GOAL OF THE EXERCISE: Copy the first line of the material below and every later line through the line containing "# FreeCAD 1.0 macro for this part", without any other output.
══ LISTED RECORDS
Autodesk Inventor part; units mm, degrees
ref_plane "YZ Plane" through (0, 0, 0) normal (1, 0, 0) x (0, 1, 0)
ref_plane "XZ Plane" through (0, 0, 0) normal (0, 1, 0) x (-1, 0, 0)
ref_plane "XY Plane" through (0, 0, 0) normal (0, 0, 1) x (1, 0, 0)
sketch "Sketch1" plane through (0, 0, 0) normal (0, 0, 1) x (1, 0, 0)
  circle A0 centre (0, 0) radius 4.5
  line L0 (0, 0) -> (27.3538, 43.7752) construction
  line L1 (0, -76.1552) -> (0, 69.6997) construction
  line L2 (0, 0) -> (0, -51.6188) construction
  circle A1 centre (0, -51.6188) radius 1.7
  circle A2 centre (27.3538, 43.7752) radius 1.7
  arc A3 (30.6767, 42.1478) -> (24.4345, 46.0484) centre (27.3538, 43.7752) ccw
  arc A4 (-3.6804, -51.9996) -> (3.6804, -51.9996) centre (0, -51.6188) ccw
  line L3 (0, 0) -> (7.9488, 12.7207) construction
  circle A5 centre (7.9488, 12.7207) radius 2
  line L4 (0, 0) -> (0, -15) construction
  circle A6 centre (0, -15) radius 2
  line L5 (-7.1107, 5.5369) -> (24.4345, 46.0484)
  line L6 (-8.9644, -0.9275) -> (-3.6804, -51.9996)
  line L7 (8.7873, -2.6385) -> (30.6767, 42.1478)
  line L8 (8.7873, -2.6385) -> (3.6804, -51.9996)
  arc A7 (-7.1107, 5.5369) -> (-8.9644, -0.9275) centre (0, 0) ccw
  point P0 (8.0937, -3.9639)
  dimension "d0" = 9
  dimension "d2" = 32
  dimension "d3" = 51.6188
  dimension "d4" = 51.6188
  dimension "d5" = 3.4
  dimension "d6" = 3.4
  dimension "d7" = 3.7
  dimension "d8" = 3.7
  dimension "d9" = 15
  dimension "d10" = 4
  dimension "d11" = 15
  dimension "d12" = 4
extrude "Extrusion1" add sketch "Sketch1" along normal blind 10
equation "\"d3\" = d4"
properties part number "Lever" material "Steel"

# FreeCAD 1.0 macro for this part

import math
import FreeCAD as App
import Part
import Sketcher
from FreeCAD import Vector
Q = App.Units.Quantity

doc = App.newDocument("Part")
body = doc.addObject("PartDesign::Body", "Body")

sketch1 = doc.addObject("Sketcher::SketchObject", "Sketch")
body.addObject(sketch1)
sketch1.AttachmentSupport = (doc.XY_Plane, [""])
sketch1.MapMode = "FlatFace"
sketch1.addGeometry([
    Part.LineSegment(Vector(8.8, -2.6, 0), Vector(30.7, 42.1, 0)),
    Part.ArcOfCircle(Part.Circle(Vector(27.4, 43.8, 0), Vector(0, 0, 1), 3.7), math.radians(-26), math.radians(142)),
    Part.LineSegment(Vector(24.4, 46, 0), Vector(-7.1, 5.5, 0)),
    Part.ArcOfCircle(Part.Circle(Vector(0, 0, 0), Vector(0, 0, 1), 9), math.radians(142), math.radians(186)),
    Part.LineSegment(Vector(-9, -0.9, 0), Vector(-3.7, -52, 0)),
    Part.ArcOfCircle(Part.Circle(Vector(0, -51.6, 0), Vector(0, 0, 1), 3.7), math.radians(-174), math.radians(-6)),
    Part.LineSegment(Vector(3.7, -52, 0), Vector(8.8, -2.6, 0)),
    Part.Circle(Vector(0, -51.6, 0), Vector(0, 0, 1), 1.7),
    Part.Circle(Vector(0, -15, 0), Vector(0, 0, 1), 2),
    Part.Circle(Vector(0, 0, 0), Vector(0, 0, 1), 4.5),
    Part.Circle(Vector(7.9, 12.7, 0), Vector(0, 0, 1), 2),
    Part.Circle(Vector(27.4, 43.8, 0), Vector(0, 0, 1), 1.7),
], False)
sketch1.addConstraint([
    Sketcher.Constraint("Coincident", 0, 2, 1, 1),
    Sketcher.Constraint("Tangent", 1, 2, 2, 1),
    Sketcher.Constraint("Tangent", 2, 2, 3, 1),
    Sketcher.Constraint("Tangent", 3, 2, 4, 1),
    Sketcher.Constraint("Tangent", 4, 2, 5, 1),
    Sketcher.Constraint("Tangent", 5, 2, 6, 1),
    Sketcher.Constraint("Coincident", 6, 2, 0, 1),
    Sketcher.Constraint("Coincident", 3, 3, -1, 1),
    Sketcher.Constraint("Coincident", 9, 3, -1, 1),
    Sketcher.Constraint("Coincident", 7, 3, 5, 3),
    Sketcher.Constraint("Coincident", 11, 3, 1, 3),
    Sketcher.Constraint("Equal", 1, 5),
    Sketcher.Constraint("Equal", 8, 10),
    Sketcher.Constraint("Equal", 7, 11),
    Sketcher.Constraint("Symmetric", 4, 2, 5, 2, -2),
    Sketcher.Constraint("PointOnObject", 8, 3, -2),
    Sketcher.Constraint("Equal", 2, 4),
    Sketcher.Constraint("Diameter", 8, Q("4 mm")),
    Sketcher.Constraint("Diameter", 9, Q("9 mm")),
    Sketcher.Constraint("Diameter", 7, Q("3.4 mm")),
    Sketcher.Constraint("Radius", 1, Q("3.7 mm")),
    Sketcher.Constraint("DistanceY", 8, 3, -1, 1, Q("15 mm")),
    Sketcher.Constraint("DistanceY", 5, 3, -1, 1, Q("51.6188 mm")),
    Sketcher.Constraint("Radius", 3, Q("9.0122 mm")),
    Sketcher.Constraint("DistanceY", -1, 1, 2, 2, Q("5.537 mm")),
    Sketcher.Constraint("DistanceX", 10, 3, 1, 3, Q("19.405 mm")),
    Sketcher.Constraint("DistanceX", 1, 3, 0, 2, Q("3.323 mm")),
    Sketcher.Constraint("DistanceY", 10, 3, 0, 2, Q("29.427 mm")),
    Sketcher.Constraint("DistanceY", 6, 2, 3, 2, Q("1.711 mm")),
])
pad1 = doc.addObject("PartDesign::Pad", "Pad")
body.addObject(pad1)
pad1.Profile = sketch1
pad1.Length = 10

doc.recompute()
════
OUTPUT OF THE EXERCISE:
Autodesk Inventor part; units mm, degrees
ref_plane "YZ Plane" through (0, 0, 0) normal (1, 0, 0) x (0, 1, 0)
ref_plane "XZ Plane" through (0, 0, 0) normal (0, 1, 0) x (-1, 0, 0)
ref_plane "XY Plane" through (0, 0, 0) normal (0, 0, 1) x (1, 0, 0)
sketch "Sketch1" plane through (0, 0, 0) normal (0, 0, 1) x (1, 0, 0)
  circle A0 centre (0, 0) radius 4.5
  line L0 (0, 0) -> (27.3538, 43.7752) construction
  line L1 (0, -76.1552) -> (0, 69.6997) construction
  line L2 (0, 0) -> (0, -51.6188) construction
  circle A1 centre (0, -51.6188) radius 1.7
  circle A2 centre (27.3538, 43.7752) radius 1.7
  arc A3 (30.6767, 42.1478) -> (24.4345, 46.0484) centre (27.3538, 43.7752) ccw
  arc A4 (-3.6804, -51.9996) -> (3.6804, -51.9996) centre (0, -51.6188) ccw
  line L3 (0, 0) -> (7.9488, 12.7207) construction
  circle A5 centre (7.9488, 12.7207) radius 2
  line L4 (0, 0) -> (0, -15) construction
  circle A6 centre (0, -15) radius 2
  line L5 (-7.1107, 5.5369) -> (24.4345, 46.0484)
  line L6 (-8.9644, -0.9275) -> (-3.6804, -51.9996)
  line L7 (8.7873, -2.6385) -> (30.6767, 42.1478)
  line L8 (8.7873, -2.6385) -> (3.6804, -51.9996)
  arc A7 (-7.1107, 5.5369) -> (-8.9644, -0.9275) centre (0, 0) ccw
  point P0 (8.0937, -3.9639)
  dimension "d0" = 9
  dimension "d2" = 32
  dimension "d3" = 51.6188
  dimension "d4" = 51.6188
  dimension "d5" = 3.4
  dimension "d6" = 3.4
  dimension "d7" = 3.7
  dimension "d8" = 3.7
  dimension "d9" = 15
  dimension "d10" = 4
  dimension "d11" = 15
  dimension "d12" = 4
extrude "Extrusion1" add sketch "Sketch1" along normal blind 10
equation "\"d3\" = d4"
properties part number "Lever" material "Steel"

# FreeCAD 1.0 macro for this part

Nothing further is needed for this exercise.